アンシエタ宮殿
Espírito Santo
アンシエタ宮殿はブラジル、エスピリトサント州ヴィトーリアに位置し、州の行政機関の本拠地として機能している国内でも最も古い政府庁舎のひとつです。1551年にアフォンソ・ブラース神父率いるイエズス会の司祭たちによって建設され、当初は聖ヤコブ教会とイエズス会の大学として設立され、200年以上にわたり教育の拠点となりました。16世紀後半には著名なイエズス会の人物であるジョゼフ・オブ・アンシエタ神父がその発展に大きく貢献しました。20世紀初頭にはエンジニアのジャスティン・ノルベールの手による大規模な改修が行われ、折衷的な建築要素が取り入れられ、ヴィトーリア湾に面した構造が拡張されました。1945年に正式にアンシエタ宮殿と命名され、1983年には文化遺産として登録されました。火災やイエズス会の追放、宗教施設から政府庁舎への変遷を経て、エスピリトサントの文化的・政治的変遷を映し出しています。訪問者はその歴史的意義や建築美、ヴィトーリア港を見渡す絶好のロケーションを楽しむことができます。
ヒント: アンシエタ宮殿を訪れる最適な時期は、政府機関が開いている平日で、ガイドツアーや文化イベントに参加できます。訪問時間や制限事項については、公式ウェブサイトの確認や事前の連絡をおすすめします。特別展示やイベントの場合は事前予約が必要なこともあります。周辺のシダーデ・アルタ地区も歴史散策に適しているため、合わせて訪れるとより充実した体験ができます。学生、高齢者、団体向けの割引がある場合もあるので、訪問前に問い合わせてみてください。
興味深い事実
- •アンシエタ宮殿はブラジルで最も古い政府庁舎のひとつで、18世紀から継続して使用されています。
- •ジョゼフ・オブ・アンシエタ神父はブラジルのイエズス会史における重要人物で、建設の一部を指揮し、遺体は一時期この地に埋葬されていました。
- •宮殿はもともとイエズス会の大学と教会の複合施設でしたが、後に政府庁舎となりました。
- •1570年と1796年の2度の大火災により大規模な再建が行われました。
- •20世紀初頭にはフランス人エンジニアのジャスティン・ノルベールが折衷的な建築様式で改修を行いました。

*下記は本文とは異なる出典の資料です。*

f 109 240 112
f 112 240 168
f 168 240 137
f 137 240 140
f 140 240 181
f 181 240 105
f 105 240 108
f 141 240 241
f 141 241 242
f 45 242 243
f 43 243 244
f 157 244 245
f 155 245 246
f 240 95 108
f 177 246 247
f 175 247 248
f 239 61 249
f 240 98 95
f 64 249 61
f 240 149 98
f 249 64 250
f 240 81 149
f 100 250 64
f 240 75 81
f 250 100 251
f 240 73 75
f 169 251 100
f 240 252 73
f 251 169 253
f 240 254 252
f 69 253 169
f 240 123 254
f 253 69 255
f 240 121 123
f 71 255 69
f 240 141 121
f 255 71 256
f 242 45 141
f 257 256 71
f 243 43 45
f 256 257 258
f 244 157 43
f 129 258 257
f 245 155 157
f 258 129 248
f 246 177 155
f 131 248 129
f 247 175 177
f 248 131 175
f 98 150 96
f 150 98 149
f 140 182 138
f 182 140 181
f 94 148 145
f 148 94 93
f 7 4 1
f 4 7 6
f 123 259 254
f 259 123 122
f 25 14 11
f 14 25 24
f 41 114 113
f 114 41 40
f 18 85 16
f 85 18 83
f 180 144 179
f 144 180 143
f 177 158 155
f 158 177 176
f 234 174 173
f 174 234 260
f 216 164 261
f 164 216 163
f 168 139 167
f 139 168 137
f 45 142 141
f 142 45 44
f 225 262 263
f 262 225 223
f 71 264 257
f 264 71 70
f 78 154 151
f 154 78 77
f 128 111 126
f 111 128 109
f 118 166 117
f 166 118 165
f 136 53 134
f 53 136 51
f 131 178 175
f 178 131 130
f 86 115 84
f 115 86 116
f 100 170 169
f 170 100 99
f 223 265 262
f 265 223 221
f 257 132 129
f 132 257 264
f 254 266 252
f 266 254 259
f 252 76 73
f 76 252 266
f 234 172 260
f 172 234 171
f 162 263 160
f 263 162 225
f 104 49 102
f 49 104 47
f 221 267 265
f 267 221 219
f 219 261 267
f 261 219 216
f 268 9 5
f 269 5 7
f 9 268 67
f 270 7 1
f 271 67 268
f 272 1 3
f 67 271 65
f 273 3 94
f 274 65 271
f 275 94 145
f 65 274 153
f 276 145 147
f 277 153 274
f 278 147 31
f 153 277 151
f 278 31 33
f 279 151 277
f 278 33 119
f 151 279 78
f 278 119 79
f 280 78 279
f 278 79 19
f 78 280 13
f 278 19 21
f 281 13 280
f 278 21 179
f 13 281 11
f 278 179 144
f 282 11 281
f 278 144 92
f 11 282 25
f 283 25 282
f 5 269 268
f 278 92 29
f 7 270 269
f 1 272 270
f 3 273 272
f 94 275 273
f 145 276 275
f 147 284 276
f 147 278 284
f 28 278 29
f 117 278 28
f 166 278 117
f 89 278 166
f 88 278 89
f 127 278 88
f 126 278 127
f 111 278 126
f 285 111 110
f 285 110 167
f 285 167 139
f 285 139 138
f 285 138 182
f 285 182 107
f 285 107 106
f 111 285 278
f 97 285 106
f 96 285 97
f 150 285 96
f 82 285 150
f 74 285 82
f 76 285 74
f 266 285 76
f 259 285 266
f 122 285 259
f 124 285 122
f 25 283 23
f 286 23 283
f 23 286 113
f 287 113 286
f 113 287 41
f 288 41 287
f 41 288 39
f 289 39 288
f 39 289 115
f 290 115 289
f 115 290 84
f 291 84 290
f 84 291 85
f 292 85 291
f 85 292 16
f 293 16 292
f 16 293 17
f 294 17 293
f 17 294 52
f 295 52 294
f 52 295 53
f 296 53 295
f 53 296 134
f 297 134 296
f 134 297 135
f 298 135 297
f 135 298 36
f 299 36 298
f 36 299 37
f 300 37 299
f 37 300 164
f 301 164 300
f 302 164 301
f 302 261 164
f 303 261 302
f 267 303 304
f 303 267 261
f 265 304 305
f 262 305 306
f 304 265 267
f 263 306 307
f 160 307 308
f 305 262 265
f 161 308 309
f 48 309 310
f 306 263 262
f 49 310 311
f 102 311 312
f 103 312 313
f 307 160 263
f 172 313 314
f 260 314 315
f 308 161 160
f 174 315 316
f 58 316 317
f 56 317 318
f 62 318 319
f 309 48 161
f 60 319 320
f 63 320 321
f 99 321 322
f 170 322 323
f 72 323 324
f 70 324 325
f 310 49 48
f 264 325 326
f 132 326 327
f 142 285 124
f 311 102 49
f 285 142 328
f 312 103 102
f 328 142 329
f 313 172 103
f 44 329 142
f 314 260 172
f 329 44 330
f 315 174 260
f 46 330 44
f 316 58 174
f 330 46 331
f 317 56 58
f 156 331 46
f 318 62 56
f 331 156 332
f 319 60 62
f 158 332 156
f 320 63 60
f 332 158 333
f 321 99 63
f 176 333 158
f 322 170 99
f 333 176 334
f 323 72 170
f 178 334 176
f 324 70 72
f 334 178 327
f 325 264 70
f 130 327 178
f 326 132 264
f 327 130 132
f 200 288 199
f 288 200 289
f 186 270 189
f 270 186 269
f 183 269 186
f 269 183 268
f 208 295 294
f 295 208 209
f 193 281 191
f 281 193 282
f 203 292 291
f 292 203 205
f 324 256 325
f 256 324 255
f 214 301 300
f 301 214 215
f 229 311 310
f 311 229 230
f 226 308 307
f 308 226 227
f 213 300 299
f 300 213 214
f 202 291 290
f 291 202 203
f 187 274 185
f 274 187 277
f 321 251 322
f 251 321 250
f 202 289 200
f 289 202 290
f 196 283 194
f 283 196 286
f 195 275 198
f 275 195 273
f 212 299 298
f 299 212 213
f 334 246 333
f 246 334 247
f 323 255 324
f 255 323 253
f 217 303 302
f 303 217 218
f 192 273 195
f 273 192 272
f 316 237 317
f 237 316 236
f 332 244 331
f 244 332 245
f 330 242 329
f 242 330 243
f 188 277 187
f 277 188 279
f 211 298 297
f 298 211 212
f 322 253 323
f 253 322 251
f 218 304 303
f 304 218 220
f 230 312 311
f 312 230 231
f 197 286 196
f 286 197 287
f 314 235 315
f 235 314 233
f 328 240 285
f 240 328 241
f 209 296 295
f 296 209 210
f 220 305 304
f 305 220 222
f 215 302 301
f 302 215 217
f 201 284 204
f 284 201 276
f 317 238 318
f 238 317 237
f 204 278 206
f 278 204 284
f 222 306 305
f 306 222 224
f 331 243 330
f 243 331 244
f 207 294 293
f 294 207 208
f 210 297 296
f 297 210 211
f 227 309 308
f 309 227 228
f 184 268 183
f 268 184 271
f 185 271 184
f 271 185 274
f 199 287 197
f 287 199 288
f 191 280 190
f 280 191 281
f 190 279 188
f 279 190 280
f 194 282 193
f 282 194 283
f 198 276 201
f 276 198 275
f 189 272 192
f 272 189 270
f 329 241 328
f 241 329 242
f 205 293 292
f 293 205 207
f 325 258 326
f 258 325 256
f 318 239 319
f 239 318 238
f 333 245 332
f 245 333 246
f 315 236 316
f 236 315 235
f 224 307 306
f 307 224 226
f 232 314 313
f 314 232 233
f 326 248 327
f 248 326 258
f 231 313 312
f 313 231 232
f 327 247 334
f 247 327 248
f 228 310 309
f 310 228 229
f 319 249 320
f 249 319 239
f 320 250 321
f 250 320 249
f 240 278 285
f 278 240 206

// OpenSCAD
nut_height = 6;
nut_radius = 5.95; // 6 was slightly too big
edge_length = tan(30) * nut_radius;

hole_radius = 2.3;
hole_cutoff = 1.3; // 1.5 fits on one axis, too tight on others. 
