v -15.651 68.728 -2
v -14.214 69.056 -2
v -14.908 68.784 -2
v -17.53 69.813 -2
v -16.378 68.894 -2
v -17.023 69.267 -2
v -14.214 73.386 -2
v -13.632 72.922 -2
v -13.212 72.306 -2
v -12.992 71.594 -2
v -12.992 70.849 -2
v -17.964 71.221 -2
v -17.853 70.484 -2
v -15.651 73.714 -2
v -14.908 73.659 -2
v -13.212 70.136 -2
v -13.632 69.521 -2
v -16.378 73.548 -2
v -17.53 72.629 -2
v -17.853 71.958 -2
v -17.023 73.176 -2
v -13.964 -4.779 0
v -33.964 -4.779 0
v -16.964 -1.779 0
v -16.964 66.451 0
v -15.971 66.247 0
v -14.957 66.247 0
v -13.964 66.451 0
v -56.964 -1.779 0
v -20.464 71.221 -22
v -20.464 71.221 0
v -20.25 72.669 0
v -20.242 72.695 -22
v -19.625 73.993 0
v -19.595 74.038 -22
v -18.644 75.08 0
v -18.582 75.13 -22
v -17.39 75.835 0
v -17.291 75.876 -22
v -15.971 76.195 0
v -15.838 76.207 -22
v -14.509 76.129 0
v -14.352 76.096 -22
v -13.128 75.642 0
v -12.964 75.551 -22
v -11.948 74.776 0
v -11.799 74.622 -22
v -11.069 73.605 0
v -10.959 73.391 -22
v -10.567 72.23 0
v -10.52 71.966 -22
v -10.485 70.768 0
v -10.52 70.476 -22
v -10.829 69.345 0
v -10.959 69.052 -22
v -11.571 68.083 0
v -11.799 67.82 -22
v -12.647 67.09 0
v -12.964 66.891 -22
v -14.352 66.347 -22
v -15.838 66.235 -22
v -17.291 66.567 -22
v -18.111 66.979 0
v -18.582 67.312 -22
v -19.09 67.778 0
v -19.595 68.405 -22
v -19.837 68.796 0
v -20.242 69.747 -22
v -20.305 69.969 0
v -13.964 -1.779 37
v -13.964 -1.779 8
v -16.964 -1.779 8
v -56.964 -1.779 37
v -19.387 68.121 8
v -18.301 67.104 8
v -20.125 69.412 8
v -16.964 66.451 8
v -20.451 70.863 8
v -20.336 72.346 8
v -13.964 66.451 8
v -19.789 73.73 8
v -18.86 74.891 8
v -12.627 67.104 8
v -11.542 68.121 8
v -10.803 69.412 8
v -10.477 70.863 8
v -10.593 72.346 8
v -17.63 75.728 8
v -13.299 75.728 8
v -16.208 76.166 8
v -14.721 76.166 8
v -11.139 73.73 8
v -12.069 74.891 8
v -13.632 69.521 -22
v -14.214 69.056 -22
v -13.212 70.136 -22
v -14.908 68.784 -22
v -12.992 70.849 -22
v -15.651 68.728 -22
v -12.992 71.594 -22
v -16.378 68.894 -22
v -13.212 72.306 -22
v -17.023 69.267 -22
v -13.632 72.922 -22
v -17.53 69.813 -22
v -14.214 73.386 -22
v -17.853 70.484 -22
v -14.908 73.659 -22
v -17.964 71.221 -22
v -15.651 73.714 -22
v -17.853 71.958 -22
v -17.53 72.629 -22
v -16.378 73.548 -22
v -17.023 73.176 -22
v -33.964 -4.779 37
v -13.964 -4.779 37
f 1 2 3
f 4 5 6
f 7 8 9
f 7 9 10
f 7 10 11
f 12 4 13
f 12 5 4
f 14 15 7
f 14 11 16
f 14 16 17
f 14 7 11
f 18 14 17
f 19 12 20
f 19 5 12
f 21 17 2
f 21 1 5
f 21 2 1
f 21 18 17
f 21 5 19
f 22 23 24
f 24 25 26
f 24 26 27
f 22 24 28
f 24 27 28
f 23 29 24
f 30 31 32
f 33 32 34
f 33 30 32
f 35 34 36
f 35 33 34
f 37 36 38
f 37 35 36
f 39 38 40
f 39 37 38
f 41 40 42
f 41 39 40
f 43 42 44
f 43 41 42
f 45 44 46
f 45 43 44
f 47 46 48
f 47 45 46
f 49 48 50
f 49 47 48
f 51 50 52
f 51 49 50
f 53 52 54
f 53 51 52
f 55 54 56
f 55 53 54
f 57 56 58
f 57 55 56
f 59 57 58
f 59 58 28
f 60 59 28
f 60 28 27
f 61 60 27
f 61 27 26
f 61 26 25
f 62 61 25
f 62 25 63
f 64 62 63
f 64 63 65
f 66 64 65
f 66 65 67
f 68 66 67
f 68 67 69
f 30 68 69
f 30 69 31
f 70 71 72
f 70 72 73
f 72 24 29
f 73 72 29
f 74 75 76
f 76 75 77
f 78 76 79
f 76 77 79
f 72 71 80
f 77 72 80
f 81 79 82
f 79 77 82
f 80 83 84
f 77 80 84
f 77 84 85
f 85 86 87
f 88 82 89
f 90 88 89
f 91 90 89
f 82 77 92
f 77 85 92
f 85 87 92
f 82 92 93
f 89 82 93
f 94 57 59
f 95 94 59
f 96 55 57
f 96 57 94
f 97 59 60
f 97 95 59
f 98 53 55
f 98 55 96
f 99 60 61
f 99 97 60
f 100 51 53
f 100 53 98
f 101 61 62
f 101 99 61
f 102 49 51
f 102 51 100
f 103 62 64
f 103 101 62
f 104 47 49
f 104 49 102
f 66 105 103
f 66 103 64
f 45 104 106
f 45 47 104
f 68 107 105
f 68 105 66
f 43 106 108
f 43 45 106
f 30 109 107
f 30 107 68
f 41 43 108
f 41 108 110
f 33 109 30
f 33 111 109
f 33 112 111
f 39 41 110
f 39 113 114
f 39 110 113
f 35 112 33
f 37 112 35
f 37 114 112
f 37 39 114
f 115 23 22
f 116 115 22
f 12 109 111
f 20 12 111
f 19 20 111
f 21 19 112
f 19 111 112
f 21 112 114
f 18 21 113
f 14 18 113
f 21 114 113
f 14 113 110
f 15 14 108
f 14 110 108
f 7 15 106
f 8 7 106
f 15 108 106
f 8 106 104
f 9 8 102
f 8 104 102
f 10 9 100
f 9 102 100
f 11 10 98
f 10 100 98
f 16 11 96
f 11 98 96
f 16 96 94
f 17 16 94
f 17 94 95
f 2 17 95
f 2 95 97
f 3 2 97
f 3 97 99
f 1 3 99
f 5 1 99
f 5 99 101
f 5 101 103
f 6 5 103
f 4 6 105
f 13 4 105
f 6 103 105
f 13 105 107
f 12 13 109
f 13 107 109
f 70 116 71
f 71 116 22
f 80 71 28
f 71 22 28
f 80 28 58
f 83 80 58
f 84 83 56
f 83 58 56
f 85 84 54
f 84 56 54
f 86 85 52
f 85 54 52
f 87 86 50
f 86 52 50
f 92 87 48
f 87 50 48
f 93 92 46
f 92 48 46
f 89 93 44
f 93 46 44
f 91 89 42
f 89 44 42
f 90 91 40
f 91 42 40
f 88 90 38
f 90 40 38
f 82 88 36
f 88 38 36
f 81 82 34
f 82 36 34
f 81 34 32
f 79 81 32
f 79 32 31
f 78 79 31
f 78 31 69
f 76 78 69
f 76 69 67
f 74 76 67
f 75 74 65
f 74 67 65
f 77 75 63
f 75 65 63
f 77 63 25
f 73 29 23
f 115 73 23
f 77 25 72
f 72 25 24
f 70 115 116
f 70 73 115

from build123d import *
from build123d.topology import SkipClean

# Parameters (mm, degrees)
EXTRUDE_1_DEPTH     = 37
SKETCH_8_W          = 29
SKETCH_8_H          = 78
CUT_EXTRUDE_3_DEPTH = 10
EXTRUDE_START       = 22
SKETCH_10_R         = 5
EXTRUDE_4_DEPTH     = 22
SKETCH_11_R         = 2.5
CUT_EXTRUDE_4_DEPTH = 20


with BuildPart() as part:
    # 草图1 → 凸台-拉伸1 (new body)
    with BuildSketch(Plane.XY):
        with BuildLine():
            Line((-19.714285714, -1.778812154), (-56.964285714, -1.778812154))
            Line((-56.964285714, -1.778812154), (-33.964285714, -4.778812154))
            Line((-33.964285714, -4.778812154), (-13.964285714, -4.778812154))
            Line((-13.964285714, -4.778812154), (-13.964285714, 66.451491839))
            ThreePointArc((-13.964285714, 66.451491839), (-15.464285714, 76.221187846), (-16.964285714, 66.451491839))
            Line((-16.964285714, 66.451491839), (-16.964285714, -1.778812154))
            Line((-16.964285714, -1.778812154), (-19.714285714, -1.778812154))
        make_face()
    extrude(amount=EXTRUDE_1_DEPTH)

    # 草图8 → 切除-拉伸3 (cut, symmetric)
    with BuildSketch(Plane(origin=(-13.964285714, 0, 0), x_dir=(0, 0, -1), z_dir=(1, 0, 0))):
        with Locations((-22.5, 37.221187846)):
            Rectangle(SKETCH_8_W, SKETCH_8_H)
    extrude(amount=CUT_EXTRUDE_3_DEPTH, both=True, mode=Mode.SUBTRACT)

    # 草图10 → 凸台-拉伸4 (add)
    with SkipClean():  # the faces are left unmerged after this step: merging them gives an invalid solid
        with BuildSketch(Plane(origin=(0, 0, 0), x_dir=(-1, 0, 0), z_dir=(0, 0, -1)).offset(EXTRUDE_START)):
            with Locations((15.464285714, 71.221187846)):
                Circle(SKETCH_10_R)
        extrude(amount=-EXTRUDE_4_DEPTH)

    # 草图11 → 切除-拉伸4 (cut)
    with SkipClean():  # the faces are left unmerged after this step: merging them gives an invalid solid
        with BuildSketch(Plane(origin=(0, 0, -22), x_dir=(-1, 0, 0), z_dir=(0, 0, -1))):
            with Locations((15.464285714, 71.221187846)):
                Circle(SKETCH_11_R)
        extrude(amount=-CUT_EXTRUDE_4_DEPTH, mode=Mode.SUBTRACT)


solid = part.part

- •宮殿はヴィトーリア港を見下ろし、ヴィトーリアで最も古い地区のひとつであるシダーデ・アルタの入口に位置しています。
歴史
アンシエタ宮殿は1551年にイエズス会によって聖ヤコブ教会と隣接する大学が建設されたことに始まり、教育と宗教の中心地としての役割を果たしました。1570年の火災で被害を受けた後、石造りで再建されました。18世紀には翼部分が増築され、1757年のイエズス会追放後は州の所有となりました。1796年の火災で内部が損傷し、その後修復されて政府宮殿と改称されました。20世紀初頭には折衷的な建築様式を取り入れた大規模な改修が行われ、1945年に正式にアンシエタ宮殿と命名、1983年には文化遺産として保護され、2009年に修復が完了しました。
場所ガイド
聖ヤコブ教会1552
16世紀半ばに建てられたこの教会はイエズス会の複合施設の一部であり、宗教的および教育的な役割を果たしました。1666年の構造的危機や1796年の火災後に複数回改修されました。
イエズス会大学の翼部1707-1747
1707年から1747年にかけて段階的に建設され、内庭を囲む四辺形を形成し、200年以上にわたり教育機関として機能しました。
折衷的建築改修1908-1912
20世紀初頭にフランス人エンジニアのジャスティン・ノルベールが主導した改修で、折衷的な様式が取り入れられ、屋根が高くなり、ファサードが改装され、ヴィトーリア湾への新たな眺望が開かれました。